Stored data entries
□ □ □ □ □

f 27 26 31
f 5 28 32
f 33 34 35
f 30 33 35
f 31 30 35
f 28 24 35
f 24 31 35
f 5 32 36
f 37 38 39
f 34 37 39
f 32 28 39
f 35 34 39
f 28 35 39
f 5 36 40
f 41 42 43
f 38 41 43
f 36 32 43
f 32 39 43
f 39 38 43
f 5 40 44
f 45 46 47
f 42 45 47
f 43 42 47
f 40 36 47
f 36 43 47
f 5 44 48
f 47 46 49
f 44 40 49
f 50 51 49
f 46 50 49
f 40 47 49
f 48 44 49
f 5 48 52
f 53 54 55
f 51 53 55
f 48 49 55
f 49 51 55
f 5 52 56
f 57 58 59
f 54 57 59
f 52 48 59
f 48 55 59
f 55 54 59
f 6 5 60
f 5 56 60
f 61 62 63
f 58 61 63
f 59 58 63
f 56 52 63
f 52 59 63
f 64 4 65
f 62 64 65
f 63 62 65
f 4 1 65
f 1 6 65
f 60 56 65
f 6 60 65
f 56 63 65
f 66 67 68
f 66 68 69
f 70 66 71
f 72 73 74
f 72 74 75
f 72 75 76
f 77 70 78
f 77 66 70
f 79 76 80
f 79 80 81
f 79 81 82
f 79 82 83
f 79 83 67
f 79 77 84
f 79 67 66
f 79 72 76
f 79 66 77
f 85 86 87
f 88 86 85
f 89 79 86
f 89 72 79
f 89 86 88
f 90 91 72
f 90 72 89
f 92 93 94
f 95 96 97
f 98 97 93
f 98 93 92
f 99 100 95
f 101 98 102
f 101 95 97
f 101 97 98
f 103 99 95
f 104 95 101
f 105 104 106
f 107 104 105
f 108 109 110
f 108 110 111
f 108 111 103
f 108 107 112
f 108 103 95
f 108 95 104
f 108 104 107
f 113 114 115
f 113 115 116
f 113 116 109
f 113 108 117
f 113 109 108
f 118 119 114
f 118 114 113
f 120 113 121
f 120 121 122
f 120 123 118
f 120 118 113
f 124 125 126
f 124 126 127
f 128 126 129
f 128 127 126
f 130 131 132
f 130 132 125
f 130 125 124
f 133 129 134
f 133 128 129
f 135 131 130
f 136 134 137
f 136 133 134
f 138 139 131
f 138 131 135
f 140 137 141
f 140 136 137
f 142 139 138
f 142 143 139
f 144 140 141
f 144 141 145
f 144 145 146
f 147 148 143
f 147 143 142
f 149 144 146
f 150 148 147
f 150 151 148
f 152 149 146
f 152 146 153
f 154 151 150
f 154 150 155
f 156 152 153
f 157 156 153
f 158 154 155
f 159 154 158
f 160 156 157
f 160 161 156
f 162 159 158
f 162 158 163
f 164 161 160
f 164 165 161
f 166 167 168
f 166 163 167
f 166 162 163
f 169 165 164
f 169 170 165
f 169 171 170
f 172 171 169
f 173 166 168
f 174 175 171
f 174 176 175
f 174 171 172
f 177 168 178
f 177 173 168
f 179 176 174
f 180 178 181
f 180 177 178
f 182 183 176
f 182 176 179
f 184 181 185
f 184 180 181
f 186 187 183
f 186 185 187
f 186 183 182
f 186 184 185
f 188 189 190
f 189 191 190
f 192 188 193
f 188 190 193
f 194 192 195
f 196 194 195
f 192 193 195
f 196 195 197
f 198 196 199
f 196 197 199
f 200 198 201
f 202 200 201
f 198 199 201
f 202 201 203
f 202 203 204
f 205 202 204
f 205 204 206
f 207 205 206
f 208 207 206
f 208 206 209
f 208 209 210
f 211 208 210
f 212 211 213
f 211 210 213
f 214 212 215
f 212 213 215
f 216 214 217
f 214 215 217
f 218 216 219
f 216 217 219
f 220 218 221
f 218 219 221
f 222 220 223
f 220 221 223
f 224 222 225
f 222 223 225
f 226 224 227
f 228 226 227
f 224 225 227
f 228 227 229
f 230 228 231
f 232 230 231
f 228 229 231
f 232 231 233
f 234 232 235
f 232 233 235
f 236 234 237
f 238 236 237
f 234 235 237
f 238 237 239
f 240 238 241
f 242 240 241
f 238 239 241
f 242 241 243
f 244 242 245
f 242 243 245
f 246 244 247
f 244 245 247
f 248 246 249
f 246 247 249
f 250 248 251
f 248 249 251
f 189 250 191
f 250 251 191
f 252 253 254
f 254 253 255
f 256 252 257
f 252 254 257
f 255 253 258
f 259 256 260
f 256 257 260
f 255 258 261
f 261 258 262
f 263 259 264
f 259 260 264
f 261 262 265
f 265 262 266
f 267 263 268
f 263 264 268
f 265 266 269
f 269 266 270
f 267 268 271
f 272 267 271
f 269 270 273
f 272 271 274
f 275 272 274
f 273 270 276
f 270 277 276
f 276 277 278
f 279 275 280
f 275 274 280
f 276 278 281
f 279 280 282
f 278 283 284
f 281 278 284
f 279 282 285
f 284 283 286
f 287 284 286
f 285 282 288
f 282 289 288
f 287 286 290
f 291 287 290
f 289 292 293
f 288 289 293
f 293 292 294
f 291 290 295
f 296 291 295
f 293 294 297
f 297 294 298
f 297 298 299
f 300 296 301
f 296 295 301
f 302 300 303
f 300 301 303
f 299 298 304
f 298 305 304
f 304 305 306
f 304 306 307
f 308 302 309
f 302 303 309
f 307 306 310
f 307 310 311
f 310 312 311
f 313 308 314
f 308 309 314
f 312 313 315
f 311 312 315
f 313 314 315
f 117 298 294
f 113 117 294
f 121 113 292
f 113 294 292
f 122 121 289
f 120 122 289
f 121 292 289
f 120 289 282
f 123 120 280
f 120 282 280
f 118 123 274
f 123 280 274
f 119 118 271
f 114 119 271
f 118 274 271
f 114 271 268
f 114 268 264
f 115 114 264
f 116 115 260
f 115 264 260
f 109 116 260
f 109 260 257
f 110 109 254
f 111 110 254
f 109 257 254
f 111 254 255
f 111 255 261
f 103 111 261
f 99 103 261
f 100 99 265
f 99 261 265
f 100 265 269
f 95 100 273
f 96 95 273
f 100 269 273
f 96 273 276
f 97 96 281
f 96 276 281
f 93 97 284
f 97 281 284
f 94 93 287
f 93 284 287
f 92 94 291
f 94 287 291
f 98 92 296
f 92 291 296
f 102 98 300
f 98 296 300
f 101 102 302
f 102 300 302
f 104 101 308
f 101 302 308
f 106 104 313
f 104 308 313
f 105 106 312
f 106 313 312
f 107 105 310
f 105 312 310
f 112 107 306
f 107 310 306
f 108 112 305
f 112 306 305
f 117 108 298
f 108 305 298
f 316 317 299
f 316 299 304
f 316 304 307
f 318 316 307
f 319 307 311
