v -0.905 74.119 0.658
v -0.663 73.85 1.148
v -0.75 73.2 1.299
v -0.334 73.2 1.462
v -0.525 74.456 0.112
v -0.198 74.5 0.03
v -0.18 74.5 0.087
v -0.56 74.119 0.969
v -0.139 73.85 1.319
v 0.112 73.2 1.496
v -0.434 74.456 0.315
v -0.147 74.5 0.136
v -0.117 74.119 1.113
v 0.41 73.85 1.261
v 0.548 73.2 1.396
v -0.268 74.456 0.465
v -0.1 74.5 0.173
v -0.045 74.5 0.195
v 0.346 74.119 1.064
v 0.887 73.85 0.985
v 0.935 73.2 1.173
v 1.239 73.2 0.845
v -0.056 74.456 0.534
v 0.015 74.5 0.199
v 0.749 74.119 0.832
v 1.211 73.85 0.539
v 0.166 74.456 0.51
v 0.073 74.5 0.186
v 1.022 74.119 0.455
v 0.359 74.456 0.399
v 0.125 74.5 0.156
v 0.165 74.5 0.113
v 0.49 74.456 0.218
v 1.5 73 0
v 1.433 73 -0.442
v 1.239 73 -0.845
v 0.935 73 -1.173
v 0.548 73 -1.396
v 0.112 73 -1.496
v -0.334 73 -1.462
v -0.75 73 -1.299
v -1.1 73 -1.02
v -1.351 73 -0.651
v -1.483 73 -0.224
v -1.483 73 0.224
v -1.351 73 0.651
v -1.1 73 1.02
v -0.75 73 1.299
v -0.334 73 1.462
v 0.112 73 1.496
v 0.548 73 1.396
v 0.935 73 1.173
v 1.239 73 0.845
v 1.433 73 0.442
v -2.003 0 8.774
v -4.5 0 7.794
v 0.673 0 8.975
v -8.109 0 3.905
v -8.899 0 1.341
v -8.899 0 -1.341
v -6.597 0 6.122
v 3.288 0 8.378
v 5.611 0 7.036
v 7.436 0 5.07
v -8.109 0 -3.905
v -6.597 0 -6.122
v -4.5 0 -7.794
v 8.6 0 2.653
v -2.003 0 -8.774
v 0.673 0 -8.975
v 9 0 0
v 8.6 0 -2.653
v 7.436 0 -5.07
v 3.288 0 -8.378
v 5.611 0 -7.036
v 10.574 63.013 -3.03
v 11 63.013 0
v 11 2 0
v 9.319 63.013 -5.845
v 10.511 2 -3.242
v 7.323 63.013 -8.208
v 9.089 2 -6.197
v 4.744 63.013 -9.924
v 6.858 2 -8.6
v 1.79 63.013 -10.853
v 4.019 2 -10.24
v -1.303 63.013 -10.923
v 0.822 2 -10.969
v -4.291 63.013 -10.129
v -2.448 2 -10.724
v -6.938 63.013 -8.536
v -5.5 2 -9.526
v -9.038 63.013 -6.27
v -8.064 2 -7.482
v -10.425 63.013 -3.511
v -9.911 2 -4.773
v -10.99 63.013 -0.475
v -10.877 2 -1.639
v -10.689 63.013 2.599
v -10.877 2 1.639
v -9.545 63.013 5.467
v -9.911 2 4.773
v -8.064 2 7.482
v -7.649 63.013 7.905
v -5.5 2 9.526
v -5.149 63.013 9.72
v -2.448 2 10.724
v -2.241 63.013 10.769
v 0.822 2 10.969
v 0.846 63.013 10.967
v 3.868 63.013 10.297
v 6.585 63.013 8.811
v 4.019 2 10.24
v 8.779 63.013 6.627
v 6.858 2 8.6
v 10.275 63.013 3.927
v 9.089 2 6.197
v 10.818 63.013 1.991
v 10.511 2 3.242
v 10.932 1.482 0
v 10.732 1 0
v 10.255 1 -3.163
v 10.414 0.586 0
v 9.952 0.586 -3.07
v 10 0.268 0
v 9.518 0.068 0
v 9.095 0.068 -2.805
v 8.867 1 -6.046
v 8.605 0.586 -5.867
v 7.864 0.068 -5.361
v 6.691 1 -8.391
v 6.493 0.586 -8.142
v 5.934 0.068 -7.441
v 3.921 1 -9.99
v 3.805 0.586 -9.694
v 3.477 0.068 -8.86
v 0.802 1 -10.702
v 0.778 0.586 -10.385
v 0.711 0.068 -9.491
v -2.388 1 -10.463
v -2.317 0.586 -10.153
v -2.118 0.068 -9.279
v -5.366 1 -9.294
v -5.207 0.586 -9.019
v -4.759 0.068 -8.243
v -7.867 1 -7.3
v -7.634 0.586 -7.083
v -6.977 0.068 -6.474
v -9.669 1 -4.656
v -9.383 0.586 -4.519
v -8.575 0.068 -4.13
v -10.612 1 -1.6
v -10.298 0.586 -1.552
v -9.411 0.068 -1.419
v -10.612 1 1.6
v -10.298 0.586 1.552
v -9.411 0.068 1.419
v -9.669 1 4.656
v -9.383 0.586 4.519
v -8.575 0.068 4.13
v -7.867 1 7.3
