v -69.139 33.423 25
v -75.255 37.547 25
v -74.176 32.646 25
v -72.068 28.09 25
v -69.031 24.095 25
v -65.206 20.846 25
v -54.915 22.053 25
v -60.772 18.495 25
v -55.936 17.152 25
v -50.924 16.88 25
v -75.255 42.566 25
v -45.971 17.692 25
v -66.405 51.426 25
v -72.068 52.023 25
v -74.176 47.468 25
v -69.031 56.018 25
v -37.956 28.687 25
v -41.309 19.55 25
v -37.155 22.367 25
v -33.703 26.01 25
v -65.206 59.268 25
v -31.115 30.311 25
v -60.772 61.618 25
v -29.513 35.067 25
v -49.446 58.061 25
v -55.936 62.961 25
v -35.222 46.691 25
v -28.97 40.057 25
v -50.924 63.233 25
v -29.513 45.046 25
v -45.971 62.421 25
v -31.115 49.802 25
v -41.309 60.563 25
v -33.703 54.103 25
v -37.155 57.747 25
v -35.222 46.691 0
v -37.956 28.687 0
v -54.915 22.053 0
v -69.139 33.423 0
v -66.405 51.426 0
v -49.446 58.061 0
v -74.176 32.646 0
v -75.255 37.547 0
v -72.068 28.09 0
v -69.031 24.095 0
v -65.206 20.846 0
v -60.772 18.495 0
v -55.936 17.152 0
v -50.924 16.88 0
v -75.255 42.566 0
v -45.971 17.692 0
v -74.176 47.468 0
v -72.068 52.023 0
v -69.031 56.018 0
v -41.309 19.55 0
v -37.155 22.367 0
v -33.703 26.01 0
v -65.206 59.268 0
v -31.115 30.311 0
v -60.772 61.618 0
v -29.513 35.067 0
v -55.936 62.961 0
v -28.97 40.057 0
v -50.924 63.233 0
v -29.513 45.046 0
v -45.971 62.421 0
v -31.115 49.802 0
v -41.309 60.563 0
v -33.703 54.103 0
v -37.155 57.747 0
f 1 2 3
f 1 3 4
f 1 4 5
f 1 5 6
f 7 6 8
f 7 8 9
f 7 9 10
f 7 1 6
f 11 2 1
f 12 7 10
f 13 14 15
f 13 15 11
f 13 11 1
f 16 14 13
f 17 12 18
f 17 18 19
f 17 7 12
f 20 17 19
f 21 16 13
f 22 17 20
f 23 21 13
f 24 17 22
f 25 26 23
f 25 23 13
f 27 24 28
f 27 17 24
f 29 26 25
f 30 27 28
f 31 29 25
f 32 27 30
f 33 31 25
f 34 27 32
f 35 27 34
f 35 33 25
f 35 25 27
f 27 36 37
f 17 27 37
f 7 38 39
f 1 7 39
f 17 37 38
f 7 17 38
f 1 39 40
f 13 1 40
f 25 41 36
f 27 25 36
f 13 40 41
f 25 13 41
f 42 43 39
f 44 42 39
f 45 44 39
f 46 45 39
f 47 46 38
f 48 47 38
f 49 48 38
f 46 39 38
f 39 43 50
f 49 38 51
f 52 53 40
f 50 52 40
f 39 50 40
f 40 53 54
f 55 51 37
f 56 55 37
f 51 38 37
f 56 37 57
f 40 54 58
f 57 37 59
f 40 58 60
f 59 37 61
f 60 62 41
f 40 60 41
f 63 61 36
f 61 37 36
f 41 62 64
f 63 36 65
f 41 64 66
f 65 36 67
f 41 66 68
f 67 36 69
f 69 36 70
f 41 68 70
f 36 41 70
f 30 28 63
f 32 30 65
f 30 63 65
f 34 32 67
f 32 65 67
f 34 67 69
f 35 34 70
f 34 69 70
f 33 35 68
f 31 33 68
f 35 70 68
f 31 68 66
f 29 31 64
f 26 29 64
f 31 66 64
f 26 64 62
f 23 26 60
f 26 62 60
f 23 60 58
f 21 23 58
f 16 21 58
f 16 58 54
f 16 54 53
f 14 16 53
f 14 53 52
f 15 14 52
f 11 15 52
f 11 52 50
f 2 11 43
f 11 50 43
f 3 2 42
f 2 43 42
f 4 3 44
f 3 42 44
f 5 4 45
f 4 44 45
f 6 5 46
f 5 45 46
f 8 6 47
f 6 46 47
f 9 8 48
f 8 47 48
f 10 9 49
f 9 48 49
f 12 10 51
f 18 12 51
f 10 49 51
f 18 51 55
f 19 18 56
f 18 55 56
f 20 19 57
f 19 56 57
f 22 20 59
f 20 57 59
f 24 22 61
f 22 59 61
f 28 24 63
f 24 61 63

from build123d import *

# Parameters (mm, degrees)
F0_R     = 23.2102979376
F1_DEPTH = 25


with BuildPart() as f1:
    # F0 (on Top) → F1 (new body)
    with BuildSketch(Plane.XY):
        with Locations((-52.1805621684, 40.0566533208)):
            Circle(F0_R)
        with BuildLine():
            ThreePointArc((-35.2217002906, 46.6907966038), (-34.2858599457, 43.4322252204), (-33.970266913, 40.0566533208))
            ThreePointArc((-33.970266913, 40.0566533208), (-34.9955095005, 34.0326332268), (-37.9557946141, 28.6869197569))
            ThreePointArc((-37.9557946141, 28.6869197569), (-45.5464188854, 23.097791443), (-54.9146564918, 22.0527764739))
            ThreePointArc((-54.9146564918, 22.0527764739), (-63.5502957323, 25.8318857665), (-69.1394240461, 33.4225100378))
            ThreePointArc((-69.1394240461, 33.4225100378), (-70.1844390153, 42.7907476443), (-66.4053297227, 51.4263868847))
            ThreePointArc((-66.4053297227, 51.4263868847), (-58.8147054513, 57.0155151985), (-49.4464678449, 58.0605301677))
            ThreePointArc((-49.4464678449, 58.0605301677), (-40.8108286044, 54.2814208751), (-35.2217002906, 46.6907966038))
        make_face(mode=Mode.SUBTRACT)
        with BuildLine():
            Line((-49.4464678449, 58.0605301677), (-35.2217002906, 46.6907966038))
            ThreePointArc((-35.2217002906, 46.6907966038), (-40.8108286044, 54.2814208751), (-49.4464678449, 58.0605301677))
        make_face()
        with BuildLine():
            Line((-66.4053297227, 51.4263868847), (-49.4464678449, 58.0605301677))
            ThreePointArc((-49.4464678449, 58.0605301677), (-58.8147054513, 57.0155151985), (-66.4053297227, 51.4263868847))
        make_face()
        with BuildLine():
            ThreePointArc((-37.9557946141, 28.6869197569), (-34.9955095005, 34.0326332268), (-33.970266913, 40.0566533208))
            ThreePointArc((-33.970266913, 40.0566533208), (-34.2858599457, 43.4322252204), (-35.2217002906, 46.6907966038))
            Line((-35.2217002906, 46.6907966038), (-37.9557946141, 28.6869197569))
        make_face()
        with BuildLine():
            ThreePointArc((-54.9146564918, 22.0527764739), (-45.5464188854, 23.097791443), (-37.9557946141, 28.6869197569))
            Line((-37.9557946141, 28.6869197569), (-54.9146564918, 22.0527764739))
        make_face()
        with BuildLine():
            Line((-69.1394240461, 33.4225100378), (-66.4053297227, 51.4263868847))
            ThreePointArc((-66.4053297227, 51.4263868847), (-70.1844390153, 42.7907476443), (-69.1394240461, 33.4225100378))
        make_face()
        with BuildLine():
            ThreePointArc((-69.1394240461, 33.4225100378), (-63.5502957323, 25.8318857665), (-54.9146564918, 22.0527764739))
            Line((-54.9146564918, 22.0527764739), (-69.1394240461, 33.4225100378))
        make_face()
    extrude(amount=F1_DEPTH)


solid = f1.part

□ □ □ □ □

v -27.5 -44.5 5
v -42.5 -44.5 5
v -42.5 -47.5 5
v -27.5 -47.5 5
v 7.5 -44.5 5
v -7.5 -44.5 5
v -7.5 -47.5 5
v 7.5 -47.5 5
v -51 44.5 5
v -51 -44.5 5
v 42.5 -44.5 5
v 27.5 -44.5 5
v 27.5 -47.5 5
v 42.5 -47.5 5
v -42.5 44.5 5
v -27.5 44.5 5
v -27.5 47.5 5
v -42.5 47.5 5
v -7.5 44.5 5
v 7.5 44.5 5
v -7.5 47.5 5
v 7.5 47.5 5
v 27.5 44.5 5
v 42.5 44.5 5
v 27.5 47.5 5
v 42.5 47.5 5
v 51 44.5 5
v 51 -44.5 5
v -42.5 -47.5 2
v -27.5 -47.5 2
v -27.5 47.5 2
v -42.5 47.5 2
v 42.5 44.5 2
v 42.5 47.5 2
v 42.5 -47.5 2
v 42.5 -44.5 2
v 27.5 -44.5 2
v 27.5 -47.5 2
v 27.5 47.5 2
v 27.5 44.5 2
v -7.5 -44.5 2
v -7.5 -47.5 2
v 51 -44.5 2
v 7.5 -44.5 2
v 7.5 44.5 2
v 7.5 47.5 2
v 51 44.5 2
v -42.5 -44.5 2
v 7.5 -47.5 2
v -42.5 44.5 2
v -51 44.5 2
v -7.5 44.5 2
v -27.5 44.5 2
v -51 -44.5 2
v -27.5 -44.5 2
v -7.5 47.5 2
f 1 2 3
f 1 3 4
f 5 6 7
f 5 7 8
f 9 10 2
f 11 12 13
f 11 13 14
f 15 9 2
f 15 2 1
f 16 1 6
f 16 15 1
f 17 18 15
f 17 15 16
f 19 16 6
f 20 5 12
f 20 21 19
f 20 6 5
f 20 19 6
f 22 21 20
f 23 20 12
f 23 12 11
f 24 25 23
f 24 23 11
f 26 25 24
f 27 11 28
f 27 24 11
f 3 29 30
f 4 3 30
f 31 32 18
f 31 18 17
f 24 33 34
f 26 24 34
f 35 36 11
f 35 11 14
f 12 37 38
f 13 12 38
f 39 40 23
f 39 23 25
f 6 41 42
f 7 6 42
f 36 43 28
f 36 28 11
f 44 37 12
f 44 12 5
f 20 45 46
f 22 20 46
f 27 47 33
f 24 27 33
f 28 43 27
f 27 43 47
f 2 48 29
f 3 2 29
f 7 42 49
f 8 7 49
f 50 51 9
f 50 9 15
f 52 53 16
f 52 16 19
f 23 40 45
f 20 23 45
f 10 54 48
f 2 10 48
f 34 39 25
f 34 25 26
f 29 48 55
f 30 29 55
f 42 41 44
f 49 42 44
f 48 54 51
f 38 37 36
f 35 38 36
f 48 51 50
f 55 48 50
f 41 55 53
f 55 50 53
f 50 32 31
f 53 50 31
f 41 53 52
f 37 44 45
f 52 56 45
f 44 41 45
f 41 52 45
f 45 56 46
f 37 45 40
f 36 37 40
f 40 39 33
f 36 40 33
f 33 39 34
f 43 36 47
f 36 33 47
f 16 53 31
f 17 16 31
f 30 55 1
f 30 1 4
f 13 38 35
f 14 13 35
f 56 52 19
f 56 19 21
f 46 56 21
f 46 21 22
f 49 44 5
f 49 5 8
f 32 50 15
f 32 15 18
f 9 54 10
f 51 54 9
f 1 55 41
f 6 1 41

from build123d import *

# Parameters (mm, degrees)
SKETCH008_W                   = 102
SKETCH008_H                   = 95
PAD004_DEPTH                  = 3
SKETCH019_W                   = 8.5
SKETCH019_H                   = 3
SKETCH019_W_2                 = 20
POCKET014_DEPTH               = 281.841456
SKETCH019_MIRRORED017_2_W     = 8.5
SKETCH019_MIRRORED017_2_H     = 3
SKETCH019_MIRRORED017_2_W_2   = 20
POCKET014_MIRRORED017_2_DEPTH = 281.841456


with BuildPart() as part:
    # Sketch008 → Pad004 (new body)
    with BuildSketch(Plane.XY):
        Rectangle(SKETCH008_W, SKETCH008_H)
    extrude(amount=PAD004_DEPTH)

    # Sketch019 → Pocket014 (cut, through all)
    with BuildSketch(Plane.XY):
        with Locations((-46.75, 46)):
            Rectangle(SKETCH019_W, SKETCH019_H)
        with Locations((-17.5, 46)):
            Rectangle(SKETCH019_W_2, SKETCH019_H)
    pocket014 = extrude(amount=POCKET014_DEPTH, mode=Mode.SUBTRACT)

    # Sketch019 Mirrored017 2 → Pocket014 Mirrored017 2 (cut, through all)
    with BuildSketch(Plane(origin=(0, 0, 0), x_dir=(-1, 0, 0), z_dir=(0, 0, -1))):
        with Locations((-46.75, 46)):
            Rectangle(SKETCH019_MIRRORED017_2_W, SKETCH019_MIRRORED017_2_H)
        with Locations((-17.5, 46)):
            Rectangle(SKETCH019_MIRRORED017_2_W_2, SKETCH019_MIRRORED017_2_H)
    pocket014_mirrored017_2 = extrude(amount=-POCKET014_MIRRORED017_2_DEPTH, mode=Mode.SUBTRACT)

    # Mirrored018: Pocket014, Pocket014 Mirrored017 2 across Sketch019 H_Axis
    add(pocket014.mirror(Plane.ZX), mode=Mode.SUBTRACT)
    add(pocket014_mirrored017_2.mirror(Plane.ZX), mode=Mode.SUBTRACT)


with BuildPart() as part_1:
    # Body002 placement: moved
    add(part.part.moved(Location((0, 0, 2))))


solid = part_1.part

□ □ □ □ □

▶ Brief:
Give back precisely the lines above that start at the line containing "v 7.864 0.068 -5.361" and end at the line containing "v -2.118 0.068 -9.279", inclusive. No other lines belong in the output.

▶ Finished exercise:
v 7.864 0.068 -5.361
v 6.691 1 -8.391
v 6.493 0.586 -8.142
v 5.934 0.068 -7.441
v 3.921 1 -9.99
v 3.805 0.586 -9.694
v 3.477 0.068 -8.86
v 0.802 1 -10.702
v 0.778 0.586 -10.385
v 0.711 0.068 -9.491
v -2.388 1 -10.463
v -2.317 0.586 -10.153
v -2.118 0.068 -9.279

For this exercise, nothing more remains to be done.